Sigh. When the Digital Humanities community cant do something like renew a domain name....

I would ping the secretary to tell them, but I dont know who it is, as the website is down.

And if anyone knows where DRHA 2010 will be, and when, let me know.

Update; Lou Burnard (who is currently secretary) says DRHA 2010 will be at Brunel, London. London-tastic for the digital humanities this year!



Wednesday 21 October 2009

Complicated Links Between Things


One of the things I've been working on, behind the scenes, includes grant writing. I've been involved with four grants in the past two weeks. Which reminded me, today, of the brilliant work of the artist David Shrigley, who aims to articulate complicated links between things in his cartoons. This is a good map of how my brain feels just now.

Tuesday 6 October 2009

REF Madness

Excellent column by David Mitchell over at the Observer regarding the madness of the proposed Research Excellent Framework and how it relates to arts and humanities research:
...this greater emphasis on making academics justify their work in terms that results-obsessed government bodies will understand is worrying.

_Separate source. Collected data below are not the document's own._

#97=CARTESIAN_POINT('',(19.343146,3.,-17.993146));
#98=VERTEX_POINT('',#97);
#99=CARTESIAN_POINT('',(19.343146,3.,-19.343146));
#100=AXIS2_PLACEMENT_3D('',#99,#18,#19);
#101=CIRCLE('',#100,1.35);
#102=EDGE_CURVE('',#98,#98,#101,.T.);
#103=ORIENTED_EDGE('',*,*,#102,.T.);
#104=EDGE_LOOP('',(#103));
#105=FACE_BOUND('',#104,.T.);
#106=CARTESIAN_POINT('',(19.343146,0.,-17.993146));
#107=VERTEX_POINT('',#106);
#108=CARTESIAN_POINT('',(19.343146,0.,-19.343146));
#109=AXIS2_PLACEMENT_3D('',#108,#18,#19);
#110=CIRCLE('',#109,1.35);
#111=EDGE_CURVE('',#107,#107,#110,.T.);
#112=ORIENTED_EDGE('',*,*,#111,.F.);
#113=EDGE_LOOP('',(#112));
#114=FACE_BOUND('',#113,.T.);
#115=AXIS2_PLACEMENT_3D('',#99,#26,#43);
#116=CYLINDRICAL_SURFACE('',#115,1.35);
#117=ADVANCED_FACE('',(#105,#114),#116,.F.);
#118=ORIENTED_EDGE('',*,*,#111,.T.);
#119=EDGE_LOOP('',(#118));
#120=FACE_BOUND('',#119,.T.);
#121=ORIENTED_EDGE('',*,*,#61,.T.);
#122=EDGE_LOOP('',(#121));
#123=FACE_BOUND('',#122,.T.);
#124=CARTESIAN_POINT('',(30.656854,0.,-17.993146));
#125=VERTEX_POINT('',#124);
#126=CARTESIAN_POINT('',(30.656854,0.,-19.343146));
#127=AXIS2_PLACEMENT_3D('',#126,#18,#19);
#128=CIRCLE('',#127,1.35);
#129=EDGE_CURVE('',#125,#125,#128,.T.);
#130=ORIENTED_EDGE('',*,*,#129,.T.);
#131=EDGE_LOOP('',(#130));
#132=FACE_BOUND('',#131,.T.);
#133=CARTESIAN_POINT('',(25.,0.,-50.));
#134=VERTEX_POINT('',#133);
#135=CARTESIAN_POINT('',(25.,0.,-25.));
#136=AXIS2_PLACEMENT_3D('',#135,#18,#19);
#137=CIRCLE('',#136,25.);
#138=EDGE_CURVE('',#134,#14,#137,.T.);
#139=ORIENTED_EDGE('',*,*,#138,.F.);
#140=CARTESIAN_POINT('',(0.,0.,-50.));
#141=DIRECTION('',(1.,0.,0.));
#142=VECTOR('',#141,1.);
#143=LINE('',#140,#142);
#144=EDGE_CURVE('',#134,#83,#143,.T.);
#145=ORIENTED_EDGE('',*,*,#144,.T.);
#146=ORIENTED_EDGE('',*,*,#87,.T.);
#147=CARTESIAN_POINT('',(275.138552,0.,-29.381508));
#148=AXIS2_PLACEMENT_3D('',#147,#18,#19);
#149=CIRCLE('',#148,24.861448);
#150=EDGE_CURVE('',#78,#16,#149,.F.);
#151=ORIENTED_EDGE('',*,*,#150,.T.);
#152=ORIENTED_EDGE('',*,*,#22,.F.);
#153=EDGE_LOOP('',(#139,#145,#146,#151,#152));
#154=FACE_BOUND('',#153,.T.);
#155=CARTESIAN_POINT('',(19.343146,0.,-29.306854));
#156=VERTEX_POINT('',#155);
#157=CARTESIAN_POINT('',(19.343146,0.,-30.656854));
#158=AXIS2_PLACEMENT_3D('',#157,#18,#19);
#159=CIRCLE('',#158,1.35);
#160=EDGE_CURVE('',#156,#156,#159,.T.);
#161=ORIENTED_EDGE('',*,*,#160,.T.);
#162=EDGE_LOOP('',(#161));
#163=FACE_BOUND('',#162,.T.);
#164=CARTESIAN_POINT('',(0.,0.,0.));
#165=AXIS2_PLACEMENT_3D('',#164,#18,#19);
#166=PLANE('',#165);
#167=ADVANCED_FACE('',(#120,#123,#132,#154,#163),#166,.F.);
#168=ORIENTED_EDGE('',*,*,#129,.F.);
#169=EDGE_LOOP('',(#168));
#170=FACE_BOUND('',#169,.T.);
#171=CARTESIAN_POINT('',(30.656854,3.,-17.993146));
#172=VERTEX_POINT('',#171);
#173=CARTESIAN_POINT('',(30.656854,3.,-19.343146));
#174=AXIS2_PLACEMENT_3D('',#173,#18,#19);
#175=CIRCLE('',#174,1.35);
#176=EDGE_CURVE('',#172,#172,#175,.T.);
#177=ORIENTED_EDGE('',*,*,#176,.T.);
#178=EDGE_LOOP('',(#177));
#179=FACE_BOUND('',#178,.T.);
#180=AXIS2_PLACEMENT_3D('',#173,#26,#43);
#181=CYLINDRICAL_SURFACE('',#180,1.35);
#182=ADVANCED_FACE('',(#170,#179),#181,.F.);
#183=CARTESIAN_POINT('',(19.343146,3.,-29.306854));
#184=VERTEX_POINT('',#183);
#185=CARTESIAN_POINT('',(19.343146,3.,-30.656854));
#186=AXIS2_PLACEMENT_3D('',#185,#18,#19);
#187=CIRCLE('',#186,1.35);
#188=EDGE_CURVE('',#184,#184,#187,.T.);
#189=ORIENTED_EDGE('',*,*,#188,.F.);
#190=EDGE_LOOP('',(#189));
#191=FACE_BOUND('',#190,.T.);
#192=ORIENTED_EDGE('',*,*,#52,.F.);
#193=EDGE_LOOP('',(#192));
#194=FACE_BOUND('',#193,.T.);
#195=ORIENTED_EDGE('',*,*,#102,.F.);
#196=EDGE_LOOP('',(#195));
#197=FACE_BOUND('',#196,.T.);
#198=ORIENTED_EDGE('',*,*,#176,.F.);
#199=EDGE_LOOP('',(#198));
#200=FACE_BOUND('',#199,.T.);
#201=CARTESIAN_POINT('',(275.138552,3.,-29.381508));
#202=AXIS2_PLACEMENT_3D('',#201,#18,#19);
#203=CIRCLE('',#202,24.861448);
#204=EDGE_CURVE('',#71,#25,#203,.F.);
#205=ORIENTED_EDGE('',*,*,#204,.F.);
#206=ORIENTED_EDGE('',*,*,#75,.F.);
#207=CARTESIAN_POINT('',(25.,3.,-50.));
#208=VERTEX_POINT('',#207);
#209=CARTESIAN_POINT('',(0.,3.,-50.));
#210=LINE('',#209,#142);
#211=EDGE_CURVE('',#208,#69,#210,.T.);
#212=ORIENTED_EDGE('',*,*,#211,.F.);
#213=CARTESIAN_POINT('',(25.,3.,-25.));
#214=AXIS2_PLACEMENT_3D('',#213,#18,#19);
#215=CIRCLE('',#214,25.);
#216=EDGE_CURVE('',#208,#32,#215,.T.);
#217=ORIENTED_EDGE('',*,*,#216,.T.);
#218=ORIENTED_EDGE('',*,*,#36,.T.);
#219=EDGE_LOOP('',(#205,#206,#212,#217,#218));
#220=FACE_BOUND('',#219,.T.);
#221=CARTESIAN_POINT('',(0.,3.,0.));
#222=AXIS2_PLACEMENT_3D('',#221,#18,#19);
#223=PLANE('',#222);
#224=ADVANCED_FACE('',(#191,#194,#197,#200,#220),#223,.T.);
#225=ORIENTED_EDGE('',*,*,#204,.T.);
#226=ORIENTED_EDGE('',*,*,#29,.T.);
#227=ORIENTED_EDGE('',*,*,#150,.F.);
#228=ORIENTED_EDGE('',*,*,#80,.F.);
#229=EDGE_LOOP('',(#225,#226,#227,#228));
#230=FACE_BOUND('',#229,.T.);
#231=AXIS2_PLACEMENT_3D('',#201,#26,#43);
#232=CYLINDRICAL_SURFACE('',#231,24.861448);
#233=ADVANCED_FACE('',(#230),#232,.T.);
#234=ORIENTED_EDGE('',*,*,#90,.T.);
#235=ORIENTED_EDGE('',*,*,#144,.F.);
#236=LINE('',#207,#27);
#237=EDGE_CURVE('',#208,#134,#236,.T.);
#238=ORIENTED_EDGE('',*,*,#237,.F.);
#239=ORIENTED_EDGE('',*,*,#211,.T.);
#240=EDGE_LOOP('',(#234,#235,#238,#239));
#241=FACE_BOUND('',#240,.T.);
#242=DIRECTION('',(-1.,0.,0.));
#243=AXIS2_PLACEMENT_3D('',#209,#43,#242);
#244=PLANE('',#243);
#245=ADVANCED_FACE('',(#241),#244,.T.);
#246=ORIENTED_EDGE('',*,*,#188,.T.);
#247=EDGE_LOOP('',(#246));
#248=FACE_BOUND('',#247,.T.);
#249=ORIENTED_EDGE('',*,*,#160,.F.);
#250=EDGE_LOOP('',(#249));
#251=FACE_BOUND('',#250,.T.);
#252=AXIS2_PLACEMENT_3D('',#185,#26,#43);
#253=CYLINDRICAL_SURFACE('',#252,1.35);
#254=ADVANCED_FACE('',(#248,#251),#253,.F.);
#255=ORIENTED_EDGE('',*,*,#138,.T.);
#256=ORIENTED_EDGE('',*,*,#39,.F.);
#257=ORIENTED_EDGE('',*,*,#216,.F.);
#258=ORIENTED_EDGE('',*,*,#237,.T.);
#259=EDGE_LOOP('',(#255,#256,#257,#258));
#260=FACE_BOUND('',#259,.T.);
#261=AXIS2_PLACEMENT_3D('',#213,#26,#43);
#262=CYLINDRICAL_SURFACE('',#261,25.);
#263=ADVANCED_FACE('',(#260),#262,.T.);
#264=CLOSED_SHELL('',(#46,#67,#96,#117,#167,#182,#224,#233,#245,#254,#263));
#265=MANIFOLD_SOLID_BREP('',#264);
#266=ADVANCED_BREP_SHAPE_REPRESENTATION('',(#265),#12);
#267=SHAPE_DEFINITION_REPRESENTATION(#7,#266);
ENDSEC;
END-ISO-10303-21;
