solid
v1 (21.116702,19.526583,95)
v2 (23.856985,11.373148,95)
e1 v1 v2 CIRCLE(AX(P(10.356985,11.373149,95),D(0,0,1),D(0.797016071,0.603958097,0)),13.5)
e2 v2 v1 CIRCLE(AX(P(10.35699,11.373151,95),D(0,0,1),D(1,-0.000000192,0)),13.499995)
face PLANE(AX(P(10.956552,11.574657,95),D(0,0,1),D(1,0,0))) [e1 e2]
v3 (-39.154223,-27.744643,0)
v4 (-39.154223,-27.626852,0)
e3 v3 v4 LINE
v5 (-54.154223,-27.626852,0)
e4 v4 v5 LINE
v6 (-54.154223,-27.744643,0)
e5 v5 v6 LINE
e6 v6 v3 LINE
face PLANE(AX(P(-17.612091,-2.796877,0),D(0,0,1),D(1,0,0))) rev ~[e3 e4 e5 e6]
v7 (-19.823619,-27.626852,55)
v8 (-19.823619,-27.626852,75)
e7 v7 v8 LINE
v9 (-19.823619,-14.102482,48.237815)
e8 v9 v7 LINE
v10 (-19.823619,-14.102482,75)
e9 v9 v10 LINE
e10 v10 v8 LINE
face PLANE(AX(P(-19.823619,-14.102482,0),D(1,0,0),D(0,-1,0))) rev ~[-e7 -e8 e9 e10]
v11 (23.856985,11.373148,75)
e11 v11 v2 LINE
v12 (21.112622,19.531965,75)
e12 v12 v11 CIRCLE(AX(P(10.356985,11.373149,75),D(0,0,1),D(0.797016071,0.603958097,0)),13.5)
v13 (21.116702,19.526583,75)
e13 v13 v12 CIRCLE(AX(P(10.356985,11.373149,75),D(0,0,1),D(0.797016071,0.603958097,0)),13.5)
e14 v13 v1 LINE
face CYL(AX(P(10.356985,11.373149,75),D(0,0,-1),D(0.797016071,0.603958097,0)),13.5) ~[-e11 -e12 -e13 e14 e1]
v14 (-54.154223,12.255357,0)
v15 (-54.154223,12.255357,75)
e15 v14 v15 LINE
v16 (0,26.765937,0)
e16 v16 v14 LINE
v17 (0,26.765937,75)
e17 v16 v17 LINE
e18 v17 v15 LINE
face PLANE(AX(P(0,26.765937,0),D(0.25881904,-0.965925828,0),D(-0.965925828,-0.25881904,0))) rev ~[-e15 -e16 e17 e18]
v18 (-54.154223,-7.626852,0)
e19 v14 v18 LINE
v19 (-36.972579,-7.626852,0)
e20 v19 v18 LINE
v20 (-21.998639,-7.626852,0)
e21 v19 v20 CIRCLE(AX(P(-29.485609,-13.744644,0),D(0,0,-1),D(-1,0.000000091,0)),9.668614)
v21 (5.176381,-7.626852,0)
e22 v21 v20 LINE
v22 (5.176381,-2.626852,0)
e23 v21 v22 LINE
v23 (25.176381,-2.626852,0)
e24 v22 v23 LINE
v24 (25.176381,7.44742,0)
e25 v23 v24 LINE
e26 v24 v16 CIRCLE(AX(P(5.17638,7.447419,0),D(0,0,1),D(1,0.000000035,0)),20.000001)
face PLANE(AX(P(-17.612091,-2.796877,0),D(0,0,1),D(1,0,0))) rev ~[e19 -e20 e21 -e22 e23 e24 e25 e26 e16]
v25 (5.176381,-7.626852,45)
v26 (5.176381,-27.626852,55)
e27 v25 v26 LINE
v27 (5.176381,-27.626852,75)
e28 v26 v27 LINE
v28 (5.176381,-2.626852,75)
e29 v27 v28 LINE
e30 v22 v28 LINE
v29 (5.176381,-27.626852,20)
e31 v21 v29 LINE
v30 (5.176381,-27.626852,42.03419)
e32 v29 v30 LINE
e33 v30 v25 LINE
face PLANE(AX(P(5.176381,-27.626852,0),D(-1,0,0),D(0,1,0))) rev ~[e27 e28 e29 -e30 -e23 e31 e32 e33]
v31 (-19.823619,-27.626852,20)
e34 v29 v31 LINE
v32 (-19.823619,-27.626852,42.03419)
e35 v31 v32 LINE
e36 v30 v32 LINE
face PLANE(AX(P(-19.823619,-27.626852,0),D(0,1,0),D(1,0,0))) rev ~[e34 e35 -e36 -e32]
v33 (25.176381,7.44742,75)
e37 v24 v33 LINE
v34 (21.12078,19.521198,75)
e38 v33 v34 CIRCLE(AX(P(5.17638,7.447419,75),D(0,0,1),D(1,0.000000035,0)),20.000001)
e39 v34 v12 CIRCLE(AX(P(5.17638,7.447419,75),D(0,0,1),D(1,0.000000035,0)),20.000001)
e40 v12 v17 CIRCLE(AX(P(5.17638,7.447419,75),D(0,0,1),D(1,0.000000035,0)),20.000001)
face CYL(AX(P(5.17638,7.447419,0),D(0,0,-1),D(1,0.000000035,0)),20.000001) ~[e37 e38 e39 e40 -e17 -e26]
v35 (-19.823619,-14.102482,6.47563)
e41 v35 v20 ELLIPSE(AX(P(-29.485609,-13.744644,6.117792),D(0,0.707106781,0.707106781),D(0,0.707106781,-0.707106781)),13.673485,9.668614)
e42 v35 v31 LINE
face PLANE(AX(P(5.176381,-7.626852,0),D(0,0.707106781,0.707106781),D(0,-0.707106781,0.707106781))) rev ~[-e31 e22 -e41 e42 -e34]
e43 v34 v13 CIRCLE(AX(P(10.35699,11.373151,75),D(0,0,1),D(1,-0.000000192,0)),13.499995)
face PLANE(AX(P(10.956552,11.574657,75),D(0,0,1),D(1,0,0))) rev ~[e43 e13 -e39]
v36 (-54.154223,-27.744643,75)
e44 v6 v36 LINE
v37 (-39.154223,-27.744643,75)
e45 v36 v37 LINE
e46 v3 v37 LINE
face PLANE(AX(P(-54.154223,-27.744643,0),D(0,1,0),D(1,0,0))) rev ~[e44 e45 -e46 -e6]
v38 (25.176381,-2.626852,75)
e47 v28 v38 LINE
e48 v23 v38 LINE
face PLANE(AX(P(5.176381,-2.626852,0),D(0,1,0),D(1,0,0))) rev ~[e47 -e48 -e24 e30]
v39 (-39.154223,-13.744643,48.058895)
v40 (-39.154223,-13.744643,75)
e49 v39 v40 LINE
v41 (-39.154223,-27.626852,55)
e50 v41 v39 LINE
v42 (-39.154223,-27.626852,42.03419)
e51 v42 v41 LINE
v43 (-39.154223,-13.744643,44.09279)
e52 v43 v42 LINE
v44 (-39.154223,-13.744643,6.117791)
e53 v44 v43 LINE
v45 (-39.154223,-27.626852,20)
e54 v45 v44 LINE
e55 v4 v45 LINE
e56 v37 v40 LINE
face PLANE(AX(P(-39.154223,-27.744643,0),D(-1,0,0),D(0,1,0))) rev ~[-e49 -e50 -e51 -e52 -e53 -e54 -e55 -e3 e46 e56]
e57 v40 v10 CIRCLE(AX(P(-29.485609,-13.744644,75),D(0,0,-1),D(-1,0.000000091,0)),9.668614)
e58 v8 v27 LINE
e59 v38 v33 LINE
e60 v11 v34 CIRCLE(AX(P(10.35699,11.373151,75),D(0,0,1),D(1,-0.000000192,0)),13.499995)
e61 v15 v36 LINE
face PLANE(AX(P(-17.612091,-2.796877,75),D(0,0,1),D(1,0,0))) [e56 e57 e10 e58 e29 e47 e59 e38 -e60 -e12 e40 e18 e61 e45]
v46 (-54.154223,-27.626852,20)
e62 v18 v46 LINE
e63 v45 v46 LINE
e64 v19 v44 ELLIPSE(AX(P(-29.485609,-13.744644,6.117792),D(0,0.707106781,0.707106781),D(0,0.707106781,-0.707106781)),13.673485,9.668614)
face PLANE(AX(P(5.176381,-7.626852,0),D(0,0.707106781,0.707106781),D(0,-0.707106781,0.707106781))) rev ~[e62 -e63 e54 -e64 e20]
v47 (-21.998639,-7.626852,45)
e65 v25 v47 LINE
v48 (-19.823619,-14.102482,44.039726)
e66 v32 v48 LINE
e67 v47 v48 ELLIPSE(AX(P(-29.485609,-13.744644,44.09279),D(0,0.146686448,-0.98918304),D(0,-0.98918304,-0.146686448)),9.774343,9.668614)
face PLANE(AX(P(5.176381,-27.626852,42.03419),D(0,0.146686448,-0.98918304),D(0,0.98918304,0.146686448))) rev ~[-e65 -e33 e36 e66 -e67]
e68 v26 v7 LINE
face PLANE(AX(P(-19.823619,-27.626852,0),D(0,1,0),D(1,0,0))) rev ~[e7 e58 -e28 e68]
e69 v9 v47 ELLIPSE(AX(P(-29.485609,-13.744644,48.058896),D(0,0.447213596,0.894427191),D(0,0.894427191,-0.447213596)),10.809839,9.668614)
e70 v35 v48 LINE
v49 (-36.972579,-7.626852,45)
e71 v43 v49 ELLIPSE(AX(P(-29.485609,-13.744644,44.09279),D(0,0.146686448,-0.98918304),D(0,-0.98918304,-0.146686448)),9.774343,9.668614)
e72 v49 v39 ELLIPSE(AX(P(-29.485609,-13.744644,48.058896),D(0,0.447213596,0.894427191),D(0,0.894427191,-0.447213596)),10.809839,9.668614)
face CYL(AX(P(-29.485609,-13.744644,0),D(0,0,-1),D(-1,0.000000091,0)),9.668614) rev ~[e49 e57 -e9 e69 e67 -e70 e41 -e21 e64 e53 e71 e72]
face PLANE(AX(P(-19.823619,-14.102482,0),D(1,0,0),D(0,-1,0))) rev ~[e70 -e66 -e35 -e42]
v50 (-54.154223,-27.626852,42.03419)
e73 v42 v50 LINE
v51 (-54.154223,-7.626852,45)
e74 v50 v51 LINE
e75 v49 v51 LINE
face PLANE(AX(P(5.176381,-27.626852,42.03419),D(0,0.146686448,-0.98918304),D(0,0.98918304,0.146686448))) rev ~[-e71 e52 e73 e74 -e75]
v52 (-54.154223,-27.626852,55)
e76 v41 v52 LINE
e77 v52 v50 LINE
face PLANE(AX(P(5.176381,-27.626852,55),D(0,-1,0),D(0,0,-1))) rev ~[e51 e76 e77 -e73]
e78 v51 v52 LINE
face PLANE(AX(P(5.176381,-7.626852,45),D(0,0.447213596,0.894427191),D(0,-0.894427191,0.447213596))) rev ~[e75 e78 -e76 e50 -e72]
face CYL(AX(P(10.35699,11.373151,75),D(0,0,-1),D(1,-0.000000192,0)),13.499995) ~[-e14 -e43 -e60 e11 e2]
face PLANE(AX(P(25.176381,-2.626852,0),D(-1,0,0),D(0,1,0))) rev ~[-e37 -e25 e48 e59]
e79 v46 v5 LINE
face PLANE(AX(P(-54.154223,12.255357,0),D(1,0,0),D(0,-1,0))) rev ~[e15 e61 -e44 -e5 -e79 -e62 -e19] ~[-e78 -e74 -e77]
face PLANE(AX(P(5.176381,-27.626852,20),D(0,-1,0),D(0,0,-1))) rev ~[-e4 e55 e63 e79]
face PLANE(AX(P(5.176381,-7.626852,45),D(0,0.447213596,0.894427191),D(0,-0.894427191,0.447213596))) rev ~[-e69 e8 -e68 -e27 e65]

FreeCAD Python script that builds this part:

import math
import FreeCAD as App
import Part
import Sketcher
from FreeCAD import Vector
Q = App.Units.Quantity


def add_polygon(sketch, points):
    """Adds a closed chain of lines whose ends are joined by coincident constraints."""
    first, n = sketch.GeometryCount, len(points)
    for a, b in zip(points, points[1:] + points[:1]):
        sketch.addGeometry(Part.LineSegment(App.Vector(*a, 0), App.Vector(*b, 0)), False)
    for i in range(n):
        sketch.addConstraint(Sketcher.Constraint("Coincident", first + i, 2, first + (i + 1) % n, 1))

doc = App.newDocument("Part")
body = doc.addObject("PartDesign::Body", "Body")

sketch1 = body.newObject("Sketcher::SketchObject", "Sketch")
sketch1.AttachmentSupport = (doc.getObject("XY_Plane"), [""])
sketch1.MapMode = "FlatFace"
sketch1.addGeometry([
    Part.LineSegment(Vector(0, 27, 0), Vector(-54, 12, 0)),
    Part.LineSegment(Vector(-54, 12, 0), Vector(-54, -28, 0)),
    Part.LineSegment(Vector(-54, -28, 0), Vector(-39, -28, 0)),
    Part.LineSegment(Vector(-39, -28, 0), Vector(-39, -14, 0)),
    Part.ArcOfCircle(Part.Circle(Vector(-29, -14, 0), Vector(0, 0, 1), 10), math.radians(-2), math.radians(180)),
    Part.LineSegment(Vector(-20, -14, 0), Vector(-20, -28, 0)),
    Part.LineSegment(Vector(-20, -28, 0), Vector(5, -28, 0)),
    Part.LineSegment(Vector(5, -28, 0), Vector(5, -3, 0)),
    Part.LineSegment(Vector(5, -3, 0), Vector(25, -3, 0)),
    Part.LineSegment(Vector(25, -3, 0), Vector(25, 7, 0)),
    Part.ArcOfCircle(Part.Circle(Vector(5, 7, 0), Vector(0, 0, 1), 20), math.radians(0), math.radians(105)),
], False)
sketch1.addConstraint([
    Sketcher.Constraint("Coincident", 0, 2, 1, 1),
    Sketcher.Constraint("Coincident", 1, 2, 2, 1),
    Sketcher.Constraint("Coincident", 2, 2, 3, 1),
    Sketcher.Constraint("Tangent", 3, 2, 4, 2),
    Sketcher.Constraint("Coincident", 4, 1, 5, 1),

And that's where the talk of research of social value comes in. It's a sop to the arts side. They're trying to find a way to quantify the usefulness of a greater insight into paintings, books or historical events because they know they're not of much economic value, other than to get the odd documentary commissioned, but have a vague memory of someone saying at a dinner that they mattered. They're trying to squeeze them into a plus column in their new spreadsheet of learning. Well, if that's their only way of according knowledge worth, then they're the wrong people to be making the decisions.

What separates us from the beasts, apart from fire, laughter, depression and guilt about killing the odd beast, is our curiosity. We've advanced as a species because we've wanted to find things out, regardless of whether we thought it useful. We looked at the sky and wondered what was going on – that's why, for better or worse, we've got DVD players, ventilators, nuclear weapons, global warming, poetry and cheese string. And it's for better, by the way.

The Research Excellence Framework is starting to ask what sorts of curiosity our culture can afford, and that scares me even more than the demise of the silly survey because it strikes at the heart of what it means to be civilised, to have instincts other than survival. If academic endeavour had always been vetted in advance for practicality, we wouldn't have the aeroplane or the iPhone, just a better mammoth trap.